静岡県におけるワタアブラムシの薬剤感受性低下の実態を明らかにするため,各種の植物から採集した個体群について薬剤感受性の検定を実施し,あわせて個体別のエステラーゼ活性を測定した。
1) 有機リン剤(dichlorvos, malathion),カーバメート剤(carbaryl),合成ピレスロイド混合剤(fenvalerate・malathion)のうち,合成ピレスロイド混合剤に対する感受性低下はほとんどみられなかったが,有機リン剤に対しては顕著な感受性低下が認められた。
2) Dichlorvosの抵抗性比は最大でも30倍強にとどまったのに対し,malathionのそれでは100倍に達する個体群も認められ,有機リン剤のなかでも薬剤の種類によって抵抗性の発達程度が異なった。
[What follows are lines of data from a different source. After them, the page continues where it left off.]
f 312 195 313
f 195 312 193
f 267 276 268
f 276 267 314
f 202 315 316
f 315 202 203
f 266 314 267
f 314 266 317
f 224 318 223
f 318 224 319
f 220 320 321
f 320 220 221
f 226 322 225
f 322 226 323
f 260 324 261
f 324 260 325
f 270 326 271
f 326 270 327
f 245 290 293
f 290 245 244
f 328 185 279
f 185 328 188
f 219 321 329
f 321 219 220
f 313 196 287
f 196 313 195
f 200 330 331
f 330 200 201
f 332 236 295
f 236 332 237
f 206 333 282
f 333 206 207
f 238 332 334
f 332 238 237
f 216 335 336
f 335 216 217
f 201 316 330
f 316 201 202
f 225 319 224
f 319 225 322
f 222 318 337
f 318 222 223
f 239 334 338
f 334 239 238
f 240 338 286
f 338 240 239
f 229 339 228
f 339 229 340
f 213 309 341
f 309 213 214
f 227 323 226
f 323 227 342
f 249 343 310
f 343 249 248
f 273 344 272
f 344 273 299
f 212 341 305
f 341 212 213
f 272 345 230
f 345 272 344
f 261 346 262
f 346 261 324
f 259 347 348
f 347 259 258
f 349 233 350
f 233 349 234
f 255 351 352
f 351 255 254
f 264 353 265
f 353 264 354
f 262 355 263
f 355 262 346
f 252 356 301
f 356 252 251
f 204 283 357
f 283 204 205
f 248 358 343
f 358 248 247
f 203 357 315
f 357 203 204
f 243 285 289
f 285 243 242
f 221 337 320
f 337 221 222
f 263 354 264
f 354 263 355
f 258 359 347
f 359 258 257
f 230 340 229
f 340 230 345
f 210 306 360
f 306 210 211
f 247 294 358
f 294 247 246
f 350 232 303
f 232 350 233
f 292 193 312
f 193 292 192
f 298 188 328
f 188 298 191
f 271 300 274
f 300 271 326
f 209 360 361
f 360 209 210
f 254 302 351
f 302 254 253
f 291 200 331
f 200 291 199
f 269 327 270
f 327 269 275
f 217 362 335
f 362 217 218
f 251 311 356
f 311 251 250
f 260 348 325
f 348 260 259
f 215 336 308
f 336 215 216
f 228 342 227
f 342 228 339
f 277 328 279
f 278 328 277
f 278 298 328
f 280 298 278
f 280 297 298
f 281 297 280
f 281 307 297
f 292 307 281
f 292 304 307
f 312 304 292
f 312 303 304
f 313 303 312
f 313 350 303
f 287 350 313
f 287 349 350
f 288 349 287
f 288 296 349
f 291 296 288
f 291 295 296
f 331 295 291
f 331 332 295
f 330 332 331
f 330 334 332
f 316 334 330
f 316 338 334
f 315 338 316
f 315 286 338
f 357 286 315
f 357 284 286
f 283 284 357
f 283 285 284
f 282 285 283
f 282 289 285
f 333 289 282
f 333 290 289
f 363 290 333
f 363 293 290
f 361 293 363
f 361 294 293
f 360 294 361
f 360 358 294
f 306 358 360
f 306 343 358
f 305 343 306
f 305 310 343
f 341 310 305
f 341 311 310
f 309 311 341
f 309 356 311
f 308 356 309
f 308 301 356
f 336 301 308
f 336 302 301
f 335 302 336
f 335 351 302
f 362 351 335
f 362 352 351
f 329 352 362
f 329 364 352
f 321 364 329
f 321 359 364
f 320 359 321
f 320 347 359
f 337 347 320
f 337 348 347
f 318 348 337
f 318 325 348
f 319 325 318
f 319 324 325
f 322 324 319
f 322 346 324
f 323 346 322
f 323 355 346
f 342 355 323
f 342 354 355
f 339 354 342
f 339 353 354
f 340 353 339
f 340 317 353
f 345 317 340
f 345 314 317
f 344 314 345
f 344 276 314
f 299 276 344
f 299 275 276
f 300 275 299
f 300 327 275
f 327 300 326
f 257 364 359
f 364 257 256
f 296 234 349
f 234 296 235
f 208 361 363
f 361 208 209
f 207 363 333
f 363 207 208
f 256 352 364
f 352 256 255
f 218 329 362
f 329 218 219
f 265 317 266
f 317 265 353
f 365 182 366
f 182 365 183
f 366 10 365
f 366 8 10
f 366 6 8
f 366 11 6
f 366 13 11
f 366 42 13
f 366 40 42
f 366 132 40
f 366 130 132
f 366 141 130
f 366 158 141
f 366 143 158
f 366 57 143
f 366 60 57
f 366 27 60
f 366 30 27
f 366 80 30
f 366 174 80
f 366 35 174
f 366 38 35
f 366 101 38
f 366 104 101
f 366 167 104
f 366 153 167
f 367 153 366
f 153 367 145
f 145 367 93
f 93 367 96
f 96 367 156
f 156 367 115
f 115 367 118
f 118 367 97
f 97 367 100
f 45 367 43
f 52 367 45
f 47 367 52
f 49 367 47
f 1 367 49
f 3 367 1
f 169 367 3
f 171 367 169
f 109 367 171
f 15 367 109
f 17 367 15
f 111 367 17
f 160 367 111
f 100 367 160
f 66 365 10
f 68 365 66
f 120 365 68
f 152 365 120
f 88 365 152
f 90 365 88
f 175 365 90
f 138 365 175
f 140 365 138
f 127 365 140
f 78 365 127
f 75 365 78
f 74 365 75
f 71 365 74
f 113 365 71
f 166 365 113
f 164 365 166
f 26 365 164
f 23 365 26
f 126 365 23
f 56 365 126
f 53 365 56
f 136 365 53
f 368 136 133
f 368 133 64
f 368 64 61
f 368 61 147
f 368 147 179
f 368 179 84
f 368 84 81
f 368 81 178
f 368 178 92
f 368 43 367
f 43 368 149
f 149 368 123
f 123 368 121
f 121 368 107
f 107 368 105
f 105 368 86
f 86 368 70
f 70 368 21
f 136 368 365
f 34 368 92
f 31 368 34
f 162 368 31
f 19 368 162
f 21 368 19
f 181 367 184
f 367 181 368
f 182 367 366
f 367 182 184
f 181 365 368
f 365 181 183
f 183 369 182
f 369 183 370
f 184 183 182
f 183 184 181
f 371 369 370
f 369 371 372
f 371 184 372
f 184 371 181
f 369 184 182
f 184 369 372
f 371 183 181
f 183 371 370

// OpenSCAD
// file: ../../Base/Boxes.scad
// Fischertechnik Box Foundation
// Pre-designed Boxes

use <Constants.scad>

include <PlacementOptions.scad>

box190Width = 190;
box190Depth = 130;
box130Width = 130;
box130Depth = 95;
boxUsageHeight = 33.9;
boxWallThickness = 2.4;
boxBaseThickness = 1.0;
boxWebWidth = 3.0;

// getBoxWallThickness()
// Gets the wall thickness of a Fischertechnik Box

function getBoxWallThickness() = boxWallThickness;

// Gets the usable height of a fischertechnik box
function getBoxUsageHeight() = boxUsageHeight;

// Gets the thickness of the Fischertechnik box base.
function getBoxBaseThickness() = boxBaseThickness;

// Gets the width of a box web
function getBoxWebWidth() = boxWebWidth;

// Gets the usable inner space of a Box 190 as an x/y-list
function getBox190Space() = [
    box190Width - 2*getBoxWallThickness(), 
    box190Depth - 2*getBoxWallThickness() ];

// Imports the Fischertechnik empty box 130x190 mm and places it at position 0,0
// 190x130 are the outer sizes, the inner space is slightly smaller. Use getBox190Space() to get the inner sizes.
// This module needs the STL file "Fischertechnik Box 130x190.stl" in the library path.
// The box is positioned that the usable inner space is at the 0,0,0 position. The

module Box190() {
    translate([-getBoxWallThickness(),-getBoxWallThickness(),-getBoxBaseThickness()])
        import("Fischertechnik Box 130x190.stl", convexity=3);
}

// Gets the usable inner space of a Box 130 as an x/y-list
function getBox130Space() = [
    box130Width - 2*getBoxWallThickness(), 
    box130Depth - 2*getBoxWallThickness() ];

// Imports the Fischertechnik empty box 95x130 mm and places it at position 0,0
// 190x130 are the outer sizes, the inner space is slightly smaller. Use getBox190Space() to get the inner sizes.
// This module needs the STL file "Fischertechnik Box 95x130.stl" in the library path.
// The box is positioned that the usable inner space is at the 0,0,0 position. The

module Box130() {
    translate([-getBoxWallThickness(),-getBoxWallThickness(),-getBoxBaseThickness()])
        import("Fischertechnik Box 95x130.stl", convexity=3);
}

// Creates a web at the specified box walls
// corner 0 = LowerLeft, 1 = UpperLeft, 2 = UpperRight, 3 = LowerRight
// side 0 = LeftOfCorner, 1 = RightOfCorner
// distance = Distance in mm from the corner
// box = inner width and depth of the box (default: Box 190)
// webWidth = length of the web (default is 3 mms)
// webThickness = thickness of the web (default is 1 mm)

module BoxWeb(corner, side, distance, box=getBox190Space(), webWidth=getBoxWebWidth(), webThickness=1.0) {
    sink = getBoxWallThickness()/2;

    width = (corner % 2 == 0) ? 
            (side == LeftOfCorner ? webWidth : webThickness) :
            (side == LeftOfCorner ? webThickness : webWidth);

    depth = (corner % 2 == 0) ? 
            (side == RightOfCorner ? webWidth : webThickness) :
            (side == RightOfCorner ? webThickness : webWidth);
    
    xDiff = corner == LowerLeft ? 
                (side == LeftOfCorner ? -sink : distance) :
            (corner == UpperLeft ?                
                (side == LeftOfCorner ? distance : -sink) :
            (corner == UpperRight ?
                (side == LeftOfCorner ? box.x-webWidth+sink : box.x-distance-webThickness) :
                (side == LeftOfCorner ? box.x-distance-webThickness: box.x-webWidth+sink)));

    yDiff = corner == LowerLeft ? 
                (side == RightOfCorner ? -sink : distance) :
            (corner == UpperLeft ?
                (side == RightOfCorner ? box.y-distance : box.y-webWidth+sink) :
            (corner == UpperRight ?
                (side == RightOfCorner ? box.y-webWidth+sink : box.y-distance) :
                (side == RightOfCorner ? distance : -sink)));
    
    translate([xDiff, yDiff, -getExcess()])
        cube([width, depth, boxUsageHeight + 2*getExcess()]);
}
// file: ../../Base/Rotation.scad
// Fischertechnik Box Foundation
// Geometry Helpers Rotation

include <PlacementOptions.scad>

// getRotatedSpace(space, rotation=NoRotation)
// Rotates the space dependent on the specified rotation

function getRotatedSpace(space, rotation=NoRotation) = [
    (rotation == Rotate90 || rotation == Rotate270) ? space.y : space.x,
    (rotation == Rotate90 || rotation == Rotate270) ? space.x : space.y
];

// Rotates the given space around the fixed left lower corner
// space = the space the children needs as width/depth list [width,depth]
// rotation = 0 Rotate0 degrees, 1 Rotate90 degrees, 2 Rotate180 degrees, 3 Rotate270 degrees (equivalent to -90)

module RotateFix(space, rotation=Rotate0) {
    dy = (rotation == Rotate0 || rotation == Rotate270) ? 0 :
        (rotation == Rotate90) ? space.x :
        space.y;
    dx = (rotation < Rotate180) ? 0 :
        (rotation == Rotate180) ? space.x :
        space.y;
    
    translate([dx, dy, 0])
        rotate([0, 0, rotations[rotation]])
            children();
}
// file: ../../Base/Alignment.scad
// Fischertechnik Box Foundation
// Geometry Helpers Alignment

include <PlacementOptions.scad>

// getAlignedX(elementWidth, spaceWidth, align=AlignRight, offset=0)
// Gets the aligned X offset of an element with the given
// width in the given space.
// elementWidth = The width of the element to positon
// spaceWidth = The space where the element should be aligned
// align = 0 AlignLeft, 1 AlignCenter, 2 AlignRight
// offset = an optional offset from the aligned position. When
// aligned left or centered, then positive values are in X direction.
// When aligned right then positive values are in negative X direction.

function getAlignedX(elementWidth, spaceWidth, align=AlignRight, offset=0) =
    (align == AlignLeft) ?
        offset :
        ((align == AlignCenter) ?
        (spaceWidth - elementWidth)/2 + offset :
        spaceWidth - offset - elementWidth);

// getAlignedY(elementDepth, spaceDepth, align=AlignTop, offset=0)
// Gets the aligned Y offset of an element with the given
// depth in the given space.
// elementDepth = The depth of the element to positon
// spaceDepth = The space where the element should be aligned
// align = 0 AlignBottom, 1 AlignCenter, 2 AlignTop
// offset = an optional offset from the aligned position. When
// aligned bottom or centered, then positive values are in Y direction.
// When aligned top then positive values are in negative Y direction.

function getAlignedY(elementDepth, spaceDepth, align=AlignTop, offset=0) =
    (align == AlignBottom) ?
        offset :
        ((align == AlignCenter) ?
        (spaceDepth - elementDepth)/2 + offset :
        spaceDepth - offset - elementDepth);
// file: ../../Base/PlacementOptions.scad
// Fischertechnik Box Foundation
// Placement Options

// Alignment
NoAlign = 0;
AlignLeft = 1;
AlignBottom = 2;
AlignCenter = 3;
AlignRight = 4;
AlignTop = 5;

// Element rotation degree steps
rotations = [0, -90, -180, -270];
3) 有機リン剤に対する感受性低下の程度は,ウリ科作物,キク,イチゴから採集した個体群で大きく,ナス科作物,ムクゲ,ツルウメモドキから採集した個体群では小さい傾向がみられたが,感受性低下の程度と殺虫剤の使用回数には明確な関連が認められなかった。
4) エステラーゼ活性の個体頻度分布は寄主植物によって大きく異なり,ウリ科作物,キクおよびイチゴでは高活性個体の頻度が高く,ナス科作物,ムクゲ,ツルウメモドキでは低活性個体の頻度が高かった。
5) 薬剤感受性の検定およびエステラーゼ活性の測定結果から,本虫の薬剤抵抗性には寄主植物との関連が示唆された。
6) DichlorvosあるいはmalathionのLC50値は個体別に測定したエステラーゼ活性の平均値と正の相関を示した。